BOULDER, Colo., Nov. 9 /PRNewswire-FirstCall/ -- Pharmion Corporation (Nasdaq: PHRM) today released interim findings from its Phase 2 trial of Amrubicin in second-line chemo-sensitive small cell lung cancer (SCLC). Amrubicin, the company's third-generation synthetic anthracycline, is a potent topoisomerase II inhibitor currently in development for the treatment of SCLC. These findings indicate favorable interim results in terms of response rate and survival for Amrubicin in second-line treatment of small-cell lung cancer patients with extensive disease (ED) SCLC. The early results of this study were presented at the 2007 Chemotherapy Foundation Symposium today in New York City.

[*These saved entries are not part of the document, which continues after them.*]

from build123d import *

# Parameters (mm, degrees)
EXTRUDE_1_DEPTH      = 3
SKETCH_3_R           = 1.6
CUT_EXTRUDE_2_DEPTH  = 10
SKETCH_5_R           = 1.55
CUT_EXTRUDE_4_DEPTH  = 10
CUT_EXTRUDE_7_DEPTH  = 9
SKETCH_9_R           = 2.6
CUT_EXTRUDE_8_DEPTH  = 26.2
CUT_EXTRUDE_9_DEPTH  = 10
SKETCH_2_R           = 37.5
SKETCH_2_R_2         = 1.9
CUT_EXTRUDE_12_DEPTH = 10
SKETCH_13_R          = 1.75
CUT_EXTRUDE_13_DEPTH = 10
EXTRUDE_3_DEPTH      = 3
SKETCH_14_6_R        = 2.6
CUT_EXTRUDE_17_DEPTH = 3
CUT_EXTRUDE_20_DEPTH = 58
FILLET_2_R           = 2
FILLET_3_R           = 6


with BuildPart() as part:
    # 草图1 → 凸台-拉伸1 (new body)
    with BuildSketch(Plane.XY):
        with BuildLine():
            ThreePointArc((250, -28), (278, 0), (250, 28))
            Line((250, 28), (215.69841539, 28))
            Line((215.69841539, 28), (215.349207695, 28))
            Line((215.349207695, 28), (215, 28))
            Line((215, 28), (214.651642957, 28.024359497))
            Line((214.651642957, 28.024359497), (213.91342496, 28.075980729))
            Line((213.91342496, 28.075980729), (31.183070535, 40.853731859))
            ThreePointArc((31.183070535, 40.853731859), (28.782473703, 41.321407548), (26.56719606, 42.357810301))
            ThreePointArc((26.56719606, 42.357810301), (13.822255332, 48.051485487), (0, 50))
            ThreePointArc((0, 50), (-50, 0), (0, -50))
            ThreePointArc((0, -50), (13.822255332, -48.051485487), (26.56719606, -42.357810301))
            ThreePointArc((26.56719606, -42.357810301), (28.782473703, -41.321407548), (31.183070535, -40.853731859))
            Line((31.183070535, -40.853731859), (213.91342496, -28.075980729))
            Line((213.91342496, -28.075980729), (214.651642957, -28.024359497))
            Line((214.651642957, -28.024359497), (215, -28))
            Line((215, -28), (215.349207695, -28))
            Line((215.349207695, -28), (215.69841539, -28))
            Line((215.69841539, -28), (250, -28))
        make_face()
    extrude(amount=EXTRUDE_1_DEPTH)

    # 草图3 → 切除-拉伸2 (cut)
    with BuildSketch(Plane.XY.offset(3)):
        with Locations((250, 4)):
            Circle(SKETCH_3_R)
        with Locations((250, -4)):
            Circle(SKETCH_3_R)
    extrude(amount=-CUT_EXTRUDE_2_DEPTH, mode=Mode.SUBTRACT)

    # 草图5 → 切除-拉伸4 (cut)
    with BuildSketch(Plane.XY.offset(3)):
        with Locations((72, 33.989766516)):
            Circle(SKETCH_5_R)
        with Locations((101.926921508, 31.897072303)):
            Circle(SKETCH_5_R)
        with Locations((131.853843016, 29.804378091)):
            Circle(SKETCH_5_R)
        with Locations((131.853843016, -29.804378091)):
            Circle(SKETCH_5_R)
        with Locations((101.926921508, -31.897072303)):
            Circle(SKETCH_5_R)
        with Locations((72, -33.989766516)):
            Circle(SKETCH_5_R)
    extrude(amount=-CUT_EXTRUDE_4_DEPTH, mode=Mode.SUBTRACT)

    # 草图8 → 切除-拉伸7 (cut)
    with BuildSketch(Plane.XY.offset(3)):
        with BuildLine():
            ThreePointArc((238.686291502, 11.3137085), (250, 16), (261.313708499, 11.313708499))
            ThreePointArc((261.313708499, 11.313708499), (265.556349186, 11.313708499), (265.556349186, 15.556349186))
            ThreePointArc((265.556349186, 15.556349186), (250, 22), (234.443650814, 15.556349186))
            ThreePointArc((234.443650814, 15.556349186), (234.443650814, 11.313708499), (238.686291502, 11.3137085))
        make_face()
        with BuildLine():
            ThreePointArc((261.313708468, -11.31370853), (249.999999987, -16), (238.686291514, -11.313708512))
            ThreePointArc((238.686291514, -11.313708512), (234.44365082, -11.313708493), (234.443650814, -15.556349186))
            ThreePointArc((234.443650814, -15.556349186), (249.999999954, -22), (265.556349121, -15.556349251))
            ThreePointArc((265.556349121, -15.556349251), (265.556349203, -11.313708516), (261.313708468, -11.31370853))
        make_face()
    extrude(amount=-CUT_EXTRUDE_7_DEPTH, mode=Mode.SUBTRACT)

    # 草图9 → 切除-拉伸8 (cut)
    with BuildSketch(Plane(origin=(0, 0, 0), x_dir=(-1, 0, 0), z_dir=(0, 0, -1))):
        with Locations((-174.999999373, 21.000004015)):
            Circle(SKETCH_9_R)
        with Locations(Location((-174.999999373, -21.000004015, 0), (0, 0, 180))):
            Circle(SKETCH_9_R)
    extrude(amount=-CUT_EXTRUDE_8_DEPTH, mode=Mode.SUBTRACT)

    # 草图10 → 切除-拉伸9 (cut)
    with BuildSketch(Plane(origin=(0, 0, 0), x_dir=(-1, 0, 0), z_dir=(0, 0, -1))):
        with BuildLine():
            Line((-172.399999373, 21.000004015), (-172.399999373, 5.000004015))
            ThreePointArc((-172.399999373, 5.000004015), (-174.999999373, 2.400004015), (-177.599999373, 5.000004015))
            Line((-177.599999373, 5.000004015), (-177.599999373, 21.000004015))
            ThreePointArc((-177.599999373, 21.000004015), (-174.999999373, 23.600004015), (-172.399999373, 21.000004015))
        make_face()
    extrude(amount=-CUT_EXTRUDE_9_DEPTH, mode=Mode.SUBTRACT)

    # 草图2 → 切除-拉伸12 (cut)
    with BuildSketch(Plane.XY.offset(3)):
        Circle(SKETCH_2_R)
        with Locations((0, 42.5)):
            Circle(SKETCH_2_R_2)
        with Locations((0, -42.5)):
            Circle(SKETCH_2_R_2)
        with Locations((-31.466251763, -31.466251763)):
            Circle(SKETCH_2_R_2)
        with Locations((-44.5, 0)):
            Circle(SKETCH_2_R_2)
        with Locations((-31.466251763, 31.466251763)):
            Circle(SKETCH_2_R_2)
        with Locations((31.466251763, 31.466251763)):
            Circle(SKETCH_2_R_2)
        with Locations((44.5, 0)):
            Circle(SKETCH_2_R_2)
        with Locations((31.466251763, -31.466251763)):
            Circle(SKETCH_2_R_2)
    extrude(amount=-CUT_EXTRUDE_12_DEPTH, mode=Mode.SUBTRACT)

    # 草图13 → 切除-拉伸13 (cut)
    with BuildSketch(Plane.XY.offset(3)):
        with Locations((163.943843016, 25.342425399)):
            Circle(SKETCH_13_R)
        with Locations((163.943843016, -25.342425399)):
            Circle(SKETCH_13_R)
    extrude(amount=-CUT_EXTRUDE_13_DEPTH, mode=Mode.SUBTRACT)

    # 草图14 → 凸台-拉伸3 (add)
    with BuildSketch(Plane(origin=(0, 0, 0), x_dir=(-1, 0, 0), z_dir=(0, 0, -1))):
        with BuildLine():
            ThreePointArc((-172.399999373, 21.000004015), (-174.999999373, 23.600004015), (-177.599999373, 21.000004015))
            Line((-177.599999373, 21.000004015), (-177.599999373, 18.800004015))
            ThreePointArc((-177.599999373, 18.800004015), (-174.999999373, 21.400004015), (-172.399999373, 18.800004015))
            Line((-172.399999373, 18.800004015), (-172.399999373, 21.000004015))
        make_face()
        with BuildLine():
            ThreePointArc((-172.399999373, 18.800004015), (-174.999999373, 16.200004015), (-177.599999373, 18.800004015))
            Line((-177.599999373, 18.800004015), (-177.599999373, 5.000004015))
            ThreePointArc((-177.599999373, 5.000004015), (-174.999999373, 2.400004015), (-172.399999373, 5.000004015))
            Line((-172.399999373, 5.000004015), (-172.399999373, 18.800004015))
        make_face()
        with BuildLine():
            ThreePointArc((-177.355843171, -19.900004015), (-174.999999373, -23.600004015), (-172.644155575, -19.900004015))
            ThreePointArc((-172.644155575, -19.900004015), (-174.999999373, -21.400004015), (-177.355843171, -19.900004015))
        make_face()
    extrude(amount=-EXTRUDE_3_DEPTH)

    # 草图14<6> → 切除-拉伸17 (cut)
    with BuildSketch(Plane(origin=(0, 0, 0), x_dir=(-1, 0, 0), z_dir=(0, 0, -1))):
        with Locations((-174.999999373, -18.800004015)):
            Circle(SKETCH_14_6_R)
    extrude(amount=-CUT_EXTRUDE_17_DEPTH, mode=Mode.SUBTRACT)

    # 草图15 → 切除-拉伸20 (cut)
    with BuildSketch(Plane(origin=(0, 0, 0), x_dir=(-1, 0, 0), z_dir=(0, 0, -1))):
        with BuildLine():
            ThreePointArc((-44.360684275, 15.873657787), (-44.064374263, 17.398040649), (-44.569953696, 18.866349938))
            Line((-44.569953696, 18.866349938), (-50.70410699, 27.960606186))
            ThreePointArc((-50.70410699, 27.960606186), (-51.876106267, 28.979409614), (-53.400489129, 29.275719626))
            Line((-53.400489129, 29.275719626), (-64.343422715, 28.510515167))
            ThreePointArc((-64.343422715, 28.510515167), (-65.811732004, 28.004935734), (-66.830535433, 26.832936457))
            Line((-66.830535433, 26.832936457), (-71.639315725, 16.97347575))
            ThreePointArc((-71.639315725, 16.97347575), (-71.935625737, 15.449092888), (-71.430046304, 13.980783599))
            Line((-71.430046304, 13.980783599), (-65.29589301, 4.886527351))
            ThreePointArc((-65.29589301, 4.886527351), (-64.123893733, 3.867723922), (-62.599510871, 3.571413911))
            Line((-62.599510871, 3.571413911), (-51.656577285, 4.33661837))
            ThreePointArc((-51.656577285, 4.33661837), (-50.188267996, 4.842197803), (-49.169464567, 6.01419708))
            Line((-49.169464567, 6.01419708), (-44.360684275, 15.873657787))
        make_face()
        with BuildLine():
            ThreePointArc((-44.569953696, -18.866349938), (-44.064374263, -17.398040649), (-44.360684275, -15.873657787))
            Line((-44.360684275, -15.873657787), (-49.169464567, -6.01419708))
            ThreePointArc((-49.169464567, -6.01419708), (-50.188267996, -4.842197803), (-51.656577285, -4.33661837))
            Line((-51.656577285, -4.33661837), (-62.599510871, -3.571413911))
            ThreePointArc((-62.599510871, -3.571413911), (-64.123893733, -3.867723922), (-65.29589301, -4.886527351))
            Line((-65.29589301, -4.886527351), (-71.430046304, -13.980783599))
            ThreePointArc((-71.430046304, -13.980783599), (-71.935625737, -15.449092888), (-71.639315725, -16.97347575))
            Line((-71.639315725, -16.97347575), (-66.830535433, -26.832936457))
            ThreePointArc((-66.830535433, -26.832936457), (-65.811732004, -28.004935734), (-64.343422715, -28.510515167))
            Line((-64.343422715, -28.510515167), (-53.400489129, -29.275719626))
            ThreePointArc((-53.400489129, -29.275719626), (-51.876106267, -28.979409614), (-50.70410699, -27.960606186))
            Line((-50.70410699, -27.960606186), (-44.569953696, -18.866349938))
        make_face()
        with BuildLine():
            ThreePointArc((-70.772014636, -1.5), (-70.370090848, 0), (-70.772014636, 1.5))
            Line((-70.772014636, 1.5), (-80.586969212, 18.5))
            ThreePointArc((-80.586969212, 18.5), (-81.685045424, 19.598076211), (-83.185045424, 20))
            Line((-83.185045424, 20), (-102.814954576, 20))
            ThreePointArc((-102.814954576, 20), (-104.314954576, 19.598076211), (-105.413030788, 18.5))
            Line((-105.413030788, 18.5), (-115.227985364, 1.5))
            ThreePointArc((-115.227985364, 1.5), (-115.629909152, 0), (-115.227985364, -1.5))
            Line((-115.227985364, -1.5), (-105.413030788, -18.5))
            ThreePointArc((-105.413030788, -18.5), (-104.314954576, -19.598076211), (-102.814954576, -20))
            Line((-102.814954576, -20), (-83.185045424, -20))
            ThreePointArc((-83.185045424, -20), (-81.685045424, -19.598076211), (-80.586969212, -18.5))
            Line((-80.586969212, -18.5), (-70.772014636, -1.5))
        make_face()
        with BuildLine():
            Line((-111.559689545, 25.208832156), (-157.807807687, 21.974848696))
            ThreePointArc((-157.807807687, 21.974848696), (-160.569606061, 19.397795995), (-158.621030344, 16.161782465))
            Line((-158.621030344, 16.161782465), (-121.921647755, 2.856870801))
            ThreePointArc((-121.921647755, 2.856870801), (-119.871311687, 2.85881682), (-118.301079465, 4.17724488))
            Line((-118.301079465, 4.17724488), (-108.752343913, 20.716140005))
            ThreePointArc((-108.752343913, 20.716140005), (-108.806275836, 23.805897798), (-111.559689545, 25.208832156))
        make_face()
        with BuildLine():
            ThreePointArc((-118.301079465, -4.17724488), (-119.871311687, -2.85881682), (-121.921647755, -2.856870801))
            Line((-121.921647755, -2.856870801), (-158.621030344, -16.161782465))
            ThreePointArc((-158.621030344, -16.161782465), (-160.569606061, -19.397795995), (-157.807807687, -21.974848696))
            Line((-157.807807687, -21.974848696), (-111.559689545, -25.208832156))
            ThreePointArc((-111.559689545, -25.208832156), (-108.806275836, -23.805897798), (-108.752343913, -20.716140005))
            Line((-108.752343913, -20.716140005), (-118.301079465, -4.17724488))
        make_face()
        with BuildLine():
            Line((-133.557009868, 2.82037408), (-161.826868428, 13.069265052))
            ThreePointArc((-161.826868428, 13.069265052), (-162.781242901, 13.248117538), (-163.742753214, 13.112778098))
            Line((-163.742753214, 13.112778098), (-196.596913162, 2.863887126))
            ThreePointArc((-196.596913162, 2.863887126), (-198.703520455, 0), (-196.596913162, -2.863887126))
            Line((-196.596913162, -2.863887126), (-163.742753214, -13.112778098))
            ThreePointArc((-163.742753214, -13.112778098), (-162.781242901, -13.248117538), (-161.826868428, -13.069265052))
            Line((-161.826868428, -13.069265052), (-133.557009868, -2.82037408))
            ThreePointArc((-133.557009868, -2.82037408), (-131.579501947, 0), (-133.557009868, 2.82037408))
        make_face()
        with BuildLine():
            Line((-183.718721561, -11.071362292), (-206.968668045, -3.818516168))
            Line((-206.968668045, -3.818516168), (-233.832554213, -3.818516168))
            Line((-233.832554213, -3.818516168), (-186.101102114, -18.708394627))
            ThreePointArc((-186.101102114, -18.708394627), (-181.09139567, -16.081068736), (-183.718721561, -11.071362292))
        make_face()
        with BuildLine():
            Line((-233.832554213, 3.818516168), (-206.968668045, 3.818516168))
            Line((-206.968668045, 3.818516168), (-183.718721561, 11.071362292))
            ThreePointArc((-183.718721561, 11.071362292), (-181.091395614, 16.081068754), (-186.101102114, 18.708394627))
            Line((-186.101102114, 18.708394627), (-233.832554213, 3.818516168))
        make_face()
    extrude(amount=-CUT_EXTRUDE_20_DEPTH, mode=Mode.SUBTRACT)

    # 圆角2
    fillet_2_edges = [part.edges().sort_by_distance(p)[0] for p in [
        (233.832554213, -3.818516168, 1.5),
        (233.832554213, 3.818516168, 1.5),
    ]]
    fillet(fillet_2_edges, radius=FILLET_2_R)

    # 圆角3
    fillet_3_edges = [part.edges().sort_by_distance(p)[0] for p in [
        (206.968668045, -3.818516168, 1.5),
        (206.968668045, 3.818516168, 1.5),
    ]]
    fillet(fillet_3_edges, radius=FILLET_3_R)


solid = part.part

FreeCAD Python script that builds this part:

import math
import FreeCAD as App
import Part
import Sketcher

V = App.Vector
Q = App.Units.Quantity


def edges_at(feature, points):
    """Names of the edges that pass closest to the given points."""
    edges = feature.Shape.Edges
    near = lambda p: min(range(len(edges)), key=lambda i: edges[i].distToShape(Part.Vertex(*p))[0])
    return sorted({f"Edge{near(p) + 1}" for p in points})

doc = App.newDocument("Part")
body = doc.addObject("PartDesign::Body", "Body")

sketch1 = body.newObject("Sketcher::SketchObject", "Sketch")
sketch1.AttachmentSupport = (doc.getObject("XY_Plane"), [""])
sketch1.MapMode = "FlatFace"
sketch1.addGeometry(Part.ArcOfCircle(Part.Circle(V(250, 0, 0), V(0, 0, 1), 28), math.radians(-90), math.radians(90)), False)
sketch1.addGeometry(Part.LineSegment(V(250, 28, 0), V(215, 28, 0)), False)
sketch1.addGeometry(Part.LineSegment(V(215, 28, 0), V(214.65, 28.02, 0)), False)
sketch1.addGeometry(Part.LineSegment(V(214.65, 28.02, 0), V(213.91, 28.08, 0)), False)
sketch1.addGeometry(Part.LineSegment(V(213.91, 28.08, 0), V(31.18, 40.85, 0)), False)
sketch1.addGeometry(Part.ArcOfCircle(Part.Circle(V(31.88, 50.83, 0), V(0, 0, 1), 10), math.radians(-122), math.radians(-94)), False)
sketch1.addGeometry(Part.ArcOfCircle(Part.Circle(V(0, 0, 0), V(0, 0, 1), 50), math.radians(58), math.radians(90)), False)
sketch1.addGeometry(Part.ArcOfCircle(Part.Circle(V(0, 0, 0), V(0, 0, 1), 50), math.radians(90), math.radians(270)), False)
sketch1.addGeometry(Part.ArcOfCircle(Part.Circle(V(0, 0, 0), V(0, 0, 1), 50), math.radians(-90), math.radians(-58)), False)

'Treatment options for second-line SCLC are limited and preliminary data from the US-based Phase 2 sensitive SCLC trial indicate that Amrubicin may provide a new option for SCLC patients who desperately need more treatment choices,' said principal investigator Robert M. Jotte, MD, PhD, Medical Director of the Lung Cancer Clinic of the Rockies, Developmental Co-Chair USON Lung Committee. 'As we near completion of the Phase 2 trial, we hope that accrual to the Phase 3 trial will be rapid and confirm the results of the US Phase 2 trial and similar trials in Japan.'

The trial presented today compares Amrubicin and topotecan in patients with ED-SCLC that initially responded to first-line platinum-based therapy but whose disease recurred or progressed at least 90 days after completion of first-line treatment (sensitive SCLC). Study participants are randomized in a 2:1 ratio to receive either IV Amrubicin (40mg/m2 daily for 3 days) or topotecan (1.5 mg/m2 daily for 5 days), both starting on Day 1 of a 21-day cycle.

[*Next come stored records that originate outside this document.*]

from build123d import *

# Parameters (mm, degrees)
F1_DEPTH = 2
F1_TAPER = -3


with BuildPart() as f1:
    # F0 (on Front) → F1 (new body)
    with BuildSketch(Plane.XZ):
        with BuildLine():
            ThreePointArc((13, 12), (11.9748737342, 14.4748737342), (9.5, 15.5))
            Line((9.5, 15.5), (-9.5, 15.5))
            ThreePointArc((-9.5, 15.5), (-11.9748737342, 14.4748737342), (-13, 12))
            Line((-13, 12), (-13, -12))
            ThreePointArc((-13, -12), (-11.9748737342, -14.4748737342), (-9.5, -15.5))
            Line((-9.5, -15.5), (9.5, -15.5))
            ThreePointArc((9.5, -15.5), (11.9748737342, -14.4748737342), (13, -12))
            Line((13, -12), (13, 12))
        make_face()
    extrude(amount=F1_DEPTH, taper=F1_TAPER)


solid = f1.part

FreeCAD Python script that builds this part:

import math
import FreeCAD as App
import Part
import Sketcher
from FreeCAD import Vector
Q = App.Units.Quantity

doc = App.newDocument("Part")
body = doc.addObject("PartDesign::Body", "Body")

sketch1 = doc.addObject("Sketcher::SketchObject", "Sketch")
body.addObject(sketch1)
sketch1.AttachmentSupport = (doc.XZ_Plane, [""])
sketch1.MapMode = "FlatFace"
sketch1.addGeometry([
    Part.ArcOfCircle(Part.Circle(Vector(9.5, 12, 0), Vector(0, 0, 1), 3.5), math.radians(0), math.radians(90)),
    Part.LineSegment(Vector(9.5, 15.5, 0), Vector(-9.5, 15.5, 0)),
    Part.ArcOfCircle(Part.Circle(Vector(-9.5, 12, 0), Vector(0, 0, 1), 3.5), math.radians(90), math.radians(180)),
    Part.LineSegment(Vector(-13, 12, 0), Vector(-13, -12, 0)),
    Part.ArcOfCircle(Part.Circle(Vector(-9.5, -12, 0), Vector(0, 0, 1), 3.5), math.radians(180), math.radians(270)),
    Part.LineSegment(Vector(-9.5, -15.5, 0), Vector(9.5, -15.5, 0)),
    Part.ArcOfCircle(Part.Circle(Vector(9.5, -12, 0), Vector(0, 0, 1), 3.5), math.radians(-90), math.radians(0)),
    Part.LineSegment(Vector(13, -12, 0), Vector(13, 12, 0)),
], False)
sketch1.addConstraint([
    Sketcher.Constraint("Tangent", 0, 2, 1, 1),
    Sketcher.Constraint("Tangent", 1, 2, 2, 1),
    Sketcher.Constraint("Tangent", 2, 2, 3, 1),
    Sketcher.Constraint("Tangent", 3, 2, 4, 1),
    Sketcher.Constraint("Tangent", 4, 2, 5, 1),
    Sketcher.Constraint("Tangent", 5, 2, 6, 1),
    Sketcher.Constraint("Tangent", 6, 2, 7, 1),
    Sketcher.Constraint("Tangent", 7, 2, 0, 1),
    Sketcher.Constraint("Horizontal", 1),
    Sketcher.Constraint("Vertical", 3),
    Sketcher.Constraint("Horizontal", 5),
    Sketcher.Constraint("Vertical", 7),
    Sketcher.Constraint("Equal", 0, 2),
    Sketcher.Constraint("Equal", 2, 4),
    Sketcher.Constraint("Equal", 4, 6),
    Sketcher.Constraint("Symmetric", 0, 3, 4, 3, -1, 1),
    Sketcher.Constraint("Radius", 0, Q("3.5 mm")),
    Sketcher.Constraint("DistanceX", 1, 2, 1, 1, Q("19 mm")),
    Sketcher.Constraint("DistanceY", 3, 2, 3, 1, Q("24 mm")),
])
pad1 = doc.addObject("PartDesign::Pad", "Pad")
body.addObject(pad1)
pad1.Profile = sketch1
pad1.Length = 2
pad1.TaperAngle = 3

doc.recompute()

Response data from 42 patients have been analyzed, 28 treated with Amrubicin and 14 with topotecan. Eleven of 28 (39 percent) patients who received one or more cycles of Amrubicin have demonstrated a response, including two complete responses (CR) and nine partial responses (PR). Eight of the responses are confirmed and three are pending follow-up scans. Two of 14 (14 percent) patients who received one or more cycles of topotecan had a response (both PRs). One is confirmed and one is pending a follow-up scan.

Survival times are not yet mature, however, at this time preliminary data already show an observed difference of 2.4 months in overall survival, which translates to a hazard ratio of 0.67, favoring Amrubicin.

The most common adverse events were hematological and were generally equal between the two arms.